This is where the idea of "Code Reuse" comes in.  Not to cut down on your typing time... But to develop well used code that has been PROVEN to be bug free and works reliably.  You don't REDESIGN, REIMPLEMENT, or even TOUCH the base modules unless you absolutely have to.  You design your NEW code to conform to the existing modules.  If you can't conform the new design to the old, then your existing code is not malleable enough (or too brittle) to take the changes, and you're going to have to modify the EXISTING DESIGN.  Here's where OOP kicks.  Because OOP forces you to consolidate your code into chunks, rather than long strings of functionality woven throughout the program, you can minimize the ripple effect of your change to the immediate code area and not throughout the entire program and unrelated modules.  Essentially cutting down the cost of the change. (if your change is drastic enough will ripple through all of the modules  then you're really looking at a complete rewrite, ANYWAY).  How bad this change is will depend upon your object "granularity" (my term).  If you have large honkin' objects you're going to have to rewrite alot more than if you had lots of smaller objects.  On the flip side, lots of smaller objects tend to be harder to keep track of and quickly complicate the code.

What's this have to do with inheritance?  Glad you asked...

Inheritance *IS* a primary method of code reuse, and a key feature of polymorphism.  But not code reuse in the top down approach (I'll just make my new class by deriving it from this one that has pretty close functionality...)  Inheritance gets its code reuse ability from the class that USES the BASE CLASS.

Take the std::istream class in the C++ STL for example.  By itself, this class is useless and needs to be inherited.  And the Martha Stewarts' of programming have obliged by showing making fstreams, and stringstreams, and socketstreams, and printerstreams (from ostreams), etc;

But all of the functionality for those streams is in their DERIVED CLASSES.  Not in the lowly std::istream at all. Where's the code reuse there?  Answer?  0.  There isn't any.

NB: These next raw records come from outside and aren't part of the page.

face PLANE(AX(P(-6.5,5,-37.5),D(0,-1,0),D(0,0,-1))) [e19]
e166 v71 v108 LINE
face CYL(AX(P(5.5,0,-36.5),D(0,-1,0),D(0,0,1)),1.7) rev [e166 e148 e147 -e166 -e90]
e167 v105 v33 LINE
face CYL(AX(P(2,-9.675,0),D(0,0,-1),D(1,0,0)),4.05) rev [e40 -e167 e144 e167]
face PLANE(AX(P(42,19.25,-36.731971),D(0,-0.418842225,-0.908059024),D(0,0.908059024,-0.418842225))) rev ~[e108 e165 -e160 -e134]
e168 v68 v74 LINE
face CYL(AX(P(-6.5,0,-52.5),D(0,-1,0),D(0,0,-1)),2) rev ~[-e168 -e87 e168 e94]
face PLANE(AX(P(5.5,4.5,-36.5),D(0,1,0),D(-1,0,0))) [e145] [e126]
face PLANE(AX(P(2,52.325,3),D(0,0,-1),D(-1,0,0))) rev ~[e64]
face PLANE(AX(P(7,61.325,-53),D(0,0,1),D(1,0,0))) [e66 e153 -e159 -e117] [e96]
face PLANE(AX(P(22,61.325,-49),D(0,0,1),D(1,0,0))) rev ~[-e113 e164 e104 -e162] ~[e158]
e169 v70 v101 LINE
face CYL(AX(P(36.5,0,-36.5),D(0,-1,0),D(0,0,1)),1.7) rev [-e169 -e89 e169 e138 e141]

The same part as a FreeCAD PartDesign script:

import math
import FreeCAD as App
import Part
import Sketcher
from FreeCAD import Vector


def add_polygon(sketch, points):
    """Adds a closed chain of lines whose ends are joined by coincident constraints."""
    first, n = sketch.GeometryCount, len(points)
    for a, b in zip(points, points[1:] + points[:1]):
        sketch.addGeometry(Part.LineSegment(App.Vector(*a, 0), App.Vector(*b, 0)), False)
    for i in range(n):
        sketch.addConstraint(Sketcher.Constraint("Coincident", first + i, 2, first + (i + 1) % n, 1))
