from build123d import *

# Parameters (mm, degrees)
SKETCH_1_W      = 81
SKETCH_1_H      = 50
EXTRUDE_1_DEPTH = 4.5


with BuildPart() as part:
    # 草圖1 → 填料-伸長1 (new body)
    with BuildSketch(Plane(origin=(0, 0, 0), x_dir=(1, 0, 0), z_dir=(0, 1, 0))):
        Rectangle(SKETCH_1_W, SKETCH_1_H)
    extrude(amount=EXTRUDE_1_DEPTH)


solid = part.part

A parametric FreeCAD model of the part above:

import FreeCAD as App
import Part
import Sketcher
from FreeCAD import Vector


def add_polygon(sketch, points):
    """Adds a closed chain of lines whose ends are joined by coincident constraints."""
    first, n = sketch.GeometryCount, len(points)
    for a, b in zip(points, points[1:] + points[:1]):
        sketch.addGeometry(Part.LineSegment(App.Vector(*a, 0), App.Vector(*b, 0)), False)
    for i in range(n):
        sketch.addConstraint(Sketcher.Constraint("Coincident", first + i, 2, first + (i + 1) % n, 1))

doc = App.newDocument("Part")
body = doc.addObject("PartDesign::Body", "Body")

sketch1 = body.newObject("Sketcher::SketchObject", "Sketch")
sketch1.AttachmentSupport = (doc.getObject("XZ_Plane"), [""])
sketch1.MapMode = "FlatFace"
add_polygon(sketch1, [(-40, -25), (-40, 25), (40, 25), (40, -25)])
sketch1.addConstraint([
    Sketcher.Constraint("Vertical", 0),
    Sketcher.Constraint("Horizontal", 1),
    Sketcher.Constraint("Vertical", 2),
    Sketcher.Constraint("Horizontal", 3),
    Sketcher.Constraint("Symmetric", 0, 2, 2, 2, -1, 1),
    Sketcher.Constraint("DistanceX", 1, 1, 1, 2, 81.0),
    Sketcher.Constraint("DistanceY", 0, 1, 0, 2, 50.0),
])
pad1 = body.newObject("PartDesign::Pad", "Pad")
pad1.Profile = sketch1
pad1.Length = 4.5
pad1.Reversed = True

doc.recompute()
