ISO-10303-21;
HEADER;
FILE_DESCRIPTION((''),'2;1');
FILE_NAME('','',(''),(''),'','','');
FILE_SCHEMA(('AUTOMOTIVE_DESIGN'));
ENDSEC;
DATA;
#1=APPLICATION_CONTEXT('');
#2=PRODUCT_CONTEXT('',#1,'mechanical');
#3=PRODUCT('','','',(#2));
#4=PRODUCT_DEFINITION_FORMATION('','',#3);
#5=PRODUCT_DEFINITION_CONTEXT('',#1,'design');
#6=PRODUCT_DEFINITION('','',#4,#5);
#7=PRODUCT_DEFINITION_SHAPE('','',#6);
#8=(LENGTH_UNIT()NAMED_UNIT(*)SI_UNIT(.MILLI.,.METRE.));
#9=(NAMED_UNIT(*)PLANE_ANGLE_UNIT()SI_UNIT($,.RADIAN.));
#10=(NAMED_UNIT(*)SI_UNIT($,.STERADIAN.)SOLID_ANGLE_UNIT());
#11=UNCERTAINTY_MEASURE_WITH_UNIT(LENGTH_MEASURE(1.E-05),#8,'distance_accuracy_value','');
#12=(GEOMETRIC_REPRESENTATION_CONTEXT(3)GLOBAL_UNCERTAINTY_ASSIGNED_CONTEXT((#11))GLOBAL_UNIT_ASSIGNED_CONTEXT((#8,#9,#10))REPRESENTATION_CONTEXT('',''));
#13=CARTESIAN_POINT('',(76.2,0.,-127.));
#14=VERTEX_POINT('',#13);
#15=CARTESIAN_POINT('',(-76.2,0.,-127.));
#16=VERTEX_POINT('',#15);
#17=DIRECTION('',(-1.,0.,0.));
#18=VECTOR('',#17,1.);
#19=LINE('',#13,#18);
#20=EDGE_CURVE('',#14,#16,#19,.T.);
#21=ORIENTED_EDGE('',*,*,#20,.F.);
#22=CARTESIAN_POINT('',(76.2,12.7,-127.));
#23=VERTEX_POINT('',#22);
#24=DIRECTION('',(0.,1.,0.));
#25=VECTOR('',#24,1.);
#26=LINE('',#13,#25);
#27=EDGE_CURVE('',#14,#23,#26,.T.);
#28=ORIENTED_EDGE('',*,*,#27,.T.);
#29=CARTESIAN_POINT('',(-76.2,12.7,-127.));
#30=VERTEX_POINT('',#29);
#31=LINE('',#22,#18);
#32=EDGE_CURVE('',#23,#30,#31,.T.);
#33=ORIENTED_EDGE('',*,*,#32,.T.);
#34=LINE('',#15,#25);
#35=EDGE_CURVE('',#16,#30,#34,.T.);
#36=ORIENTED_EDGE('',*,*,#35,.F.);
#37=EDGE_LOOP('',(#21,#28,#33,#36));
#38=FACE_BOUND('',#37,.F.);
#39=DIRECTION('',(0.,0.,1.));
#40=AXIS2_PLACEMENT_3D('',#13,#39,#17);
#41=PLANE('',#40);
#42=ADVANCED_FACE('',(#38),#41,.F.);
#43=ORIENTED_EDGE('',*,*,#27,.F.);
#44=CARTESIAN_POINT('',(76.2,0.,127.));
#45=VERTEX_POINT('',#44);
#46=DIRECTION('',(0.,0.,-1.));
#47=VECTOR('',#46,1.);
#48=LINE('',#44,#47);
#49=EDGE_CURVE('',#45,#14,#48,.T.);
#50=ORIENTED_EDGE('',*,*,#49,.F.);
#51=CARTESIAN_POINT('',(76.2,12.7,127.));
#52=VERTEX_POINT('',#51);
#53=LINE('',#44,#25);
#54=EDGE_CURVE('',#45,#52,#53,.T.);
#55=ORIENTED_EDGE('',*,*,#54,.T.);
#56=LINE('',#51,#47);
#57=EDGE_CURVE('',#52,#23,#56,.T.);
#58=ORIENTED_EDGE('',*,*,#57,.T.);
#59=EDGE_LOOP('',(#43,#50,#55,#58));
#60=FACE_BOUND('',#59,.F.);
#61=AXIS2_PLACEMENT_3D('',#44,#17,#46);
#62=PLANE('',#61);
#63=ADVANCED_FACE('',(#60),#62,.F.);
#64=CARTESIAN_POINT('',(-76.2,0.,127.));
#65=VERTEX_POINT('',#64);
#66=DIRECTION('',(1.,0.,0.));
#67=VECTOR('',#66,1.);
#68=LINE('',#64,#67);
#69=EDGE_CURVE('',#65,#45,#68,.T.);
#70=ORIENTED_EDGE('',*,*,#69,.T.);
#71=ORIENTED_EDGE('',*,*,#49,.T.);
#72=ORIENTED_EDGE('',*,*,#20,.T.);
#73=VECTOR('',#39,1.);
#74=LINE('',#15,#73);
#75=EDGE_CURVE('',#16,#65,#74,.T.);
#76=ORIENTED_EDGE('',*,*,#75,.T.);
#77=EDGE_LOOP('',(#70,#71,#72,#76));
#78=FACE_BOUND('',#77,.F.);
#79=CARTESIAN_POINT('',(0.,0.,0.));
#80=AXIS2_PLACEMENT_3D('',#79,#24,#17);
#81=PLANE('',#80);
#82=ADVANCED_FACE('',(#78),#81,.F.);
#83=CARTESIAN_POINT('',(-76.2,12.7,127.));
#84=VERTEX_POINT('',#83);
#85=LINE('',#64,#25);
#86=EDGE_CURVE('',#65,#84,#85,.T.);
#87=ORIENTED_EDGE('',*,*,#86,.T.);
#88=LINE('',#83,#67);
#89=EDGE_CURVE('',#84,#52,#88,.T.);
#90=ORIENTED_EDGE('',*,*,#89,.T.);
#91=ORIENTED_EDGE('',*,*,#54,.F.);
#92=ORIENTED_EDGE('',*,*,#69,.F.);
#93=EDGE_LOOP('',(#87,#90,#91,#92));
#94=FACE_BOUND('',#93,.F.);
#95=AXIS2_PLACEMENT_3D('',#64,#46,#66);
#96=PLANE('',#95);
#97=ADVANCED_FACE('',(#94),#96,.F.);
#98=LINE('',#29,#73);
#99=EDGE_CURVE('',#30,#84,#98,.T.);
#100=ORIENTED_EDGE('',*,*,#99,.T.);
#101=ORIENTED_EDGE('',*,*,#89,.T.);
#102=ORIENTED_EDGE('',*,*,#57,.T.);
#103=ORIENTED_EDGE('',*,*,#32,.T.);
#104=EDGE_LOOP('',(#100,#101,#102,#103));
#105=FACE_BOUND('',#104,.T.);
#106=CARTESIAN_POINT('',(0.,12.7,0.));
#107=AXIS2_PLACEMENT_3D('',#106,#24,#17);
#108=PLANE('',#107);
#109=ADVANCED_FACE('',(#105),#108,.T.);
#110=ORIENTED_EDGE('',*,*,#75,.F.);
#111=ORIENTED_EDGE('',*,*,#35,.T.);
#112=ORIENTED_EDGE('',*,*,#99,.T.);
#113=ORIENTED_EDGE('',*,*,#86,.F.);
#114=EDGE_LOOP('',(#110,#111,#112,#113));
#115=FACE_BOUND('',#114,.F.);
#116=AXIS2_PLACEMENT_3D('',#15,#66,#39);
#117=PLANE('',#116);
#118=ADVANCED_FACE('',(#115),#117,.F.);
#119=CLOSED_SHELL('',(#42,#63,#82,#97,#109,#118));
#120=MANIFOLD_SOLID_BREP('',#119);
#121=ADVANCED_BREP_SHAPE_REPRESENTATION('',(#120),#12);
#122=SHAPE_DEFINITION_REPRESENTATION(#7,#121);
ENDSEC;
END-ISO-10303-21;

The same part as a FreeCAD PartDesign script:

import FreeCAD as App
import Part
import Sketcher

V = App.Vector
Q = App.Units.Quantity


def add_polygon(sketch, points):
    """Adds a closed chain of lines whose ends are joined by coincident constraints."""
    first, n = sketch.GeometryCount, len(points)
    for a, b in zip(points, points[1:] + points[:1]):
        sketch.addGeometry(Part.LineSegment(App.Vector(*a, 0), App.Vector(*b, 0)), False)
    for i in range(n):
        sketch.addConstraint(Sketcher.Constraint("Coincident", first + i, 2, first + (i + 1) % n, 1))

doc = App.newDocument("Part")
params = doc.addObject("Spreadsheet::Sheet", "Params")
for row, (alias, value) in enumerate([
    ("sketch1_width", "6 in"),
    ("sketch1_height", "10 in"),
    ("pad1_length", "0.5 in"),
], start=1):
    params.set(f"A{row}", alias)
    params.set(f"B{row}", "=" + value)
    params.setAlias(f"B{row}", alias)

body = doc.addObject("PartDesign::Body", "Body")

# Sketch on XZ plane
sketch1 = doc.addObject("Sketcher::SketchObject", "Sketch")
body.addObject(sketch1)
sketch1.AttachmentSupport = (doc.XZ_Plane, [""])
sketch1.MapMode = "FlatFace"
add_polygon(sketch1, [(-76, -127), (-76, 127), (76, 127), (76, -127)])  # lines 0-3
sketch1.addConstraint(Sketcher.Constraint("Vertical", 0))
sketch1.addConstraint(Sketcher.Constraint("Horizontal", 1))
sketch1.addConstraint(Sketcher.Constraint("Vertical", 2))
sketch1.addConstraint(Sketcher.Constraint("Horizontal", 3))
sketch1.addConstraint(Sketcher.Constraint("Symmetric", 0, 2, 2, 2, -1, 1))
sketch1.addConstraint(Sketcher.Constraint("DistanceX", 1, 1, 1, 2, Q("6 in")))
sketch1.addConstraint(Sketcher.Constraint("DistanceY", 0, 1, 0, 2, Q("10 in")))
sketch1.setExpression("Constraints[9]", "Params.sketch1_width")
sketch1.setExpression("Constraints[10]", "Params.sketch1_height")
pad1 = doc.addObject("PartDesign::Pad", "Pad")
body.addObject(pad1)
pad1.Profile = sketch1
pad1.setExpression("Length", "Params.pad1_length")
pad1.Reversed = True

doc.recompute()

But now make an XML reader that takes a std::istream pointer. (I did, from Expat on Sourceforge)...  INSTANTLY, you now have an XML reader that will read from file I/O, String buffers, and sockets from networks or even sockets from other applications... without ever touching a line of code in the XML reader!

Composition will not give you that, because it's the power of the lowly base class that makes it possible.  That's the power of inheritance and its abilities for reuse.  But you've got to be able to look at your code in 2 dimensions... See the class for itself, on its own level, but also to be able to see how the class will react from its fully implemented object scope (the top) and how it will react and be used from its base class (the bottom).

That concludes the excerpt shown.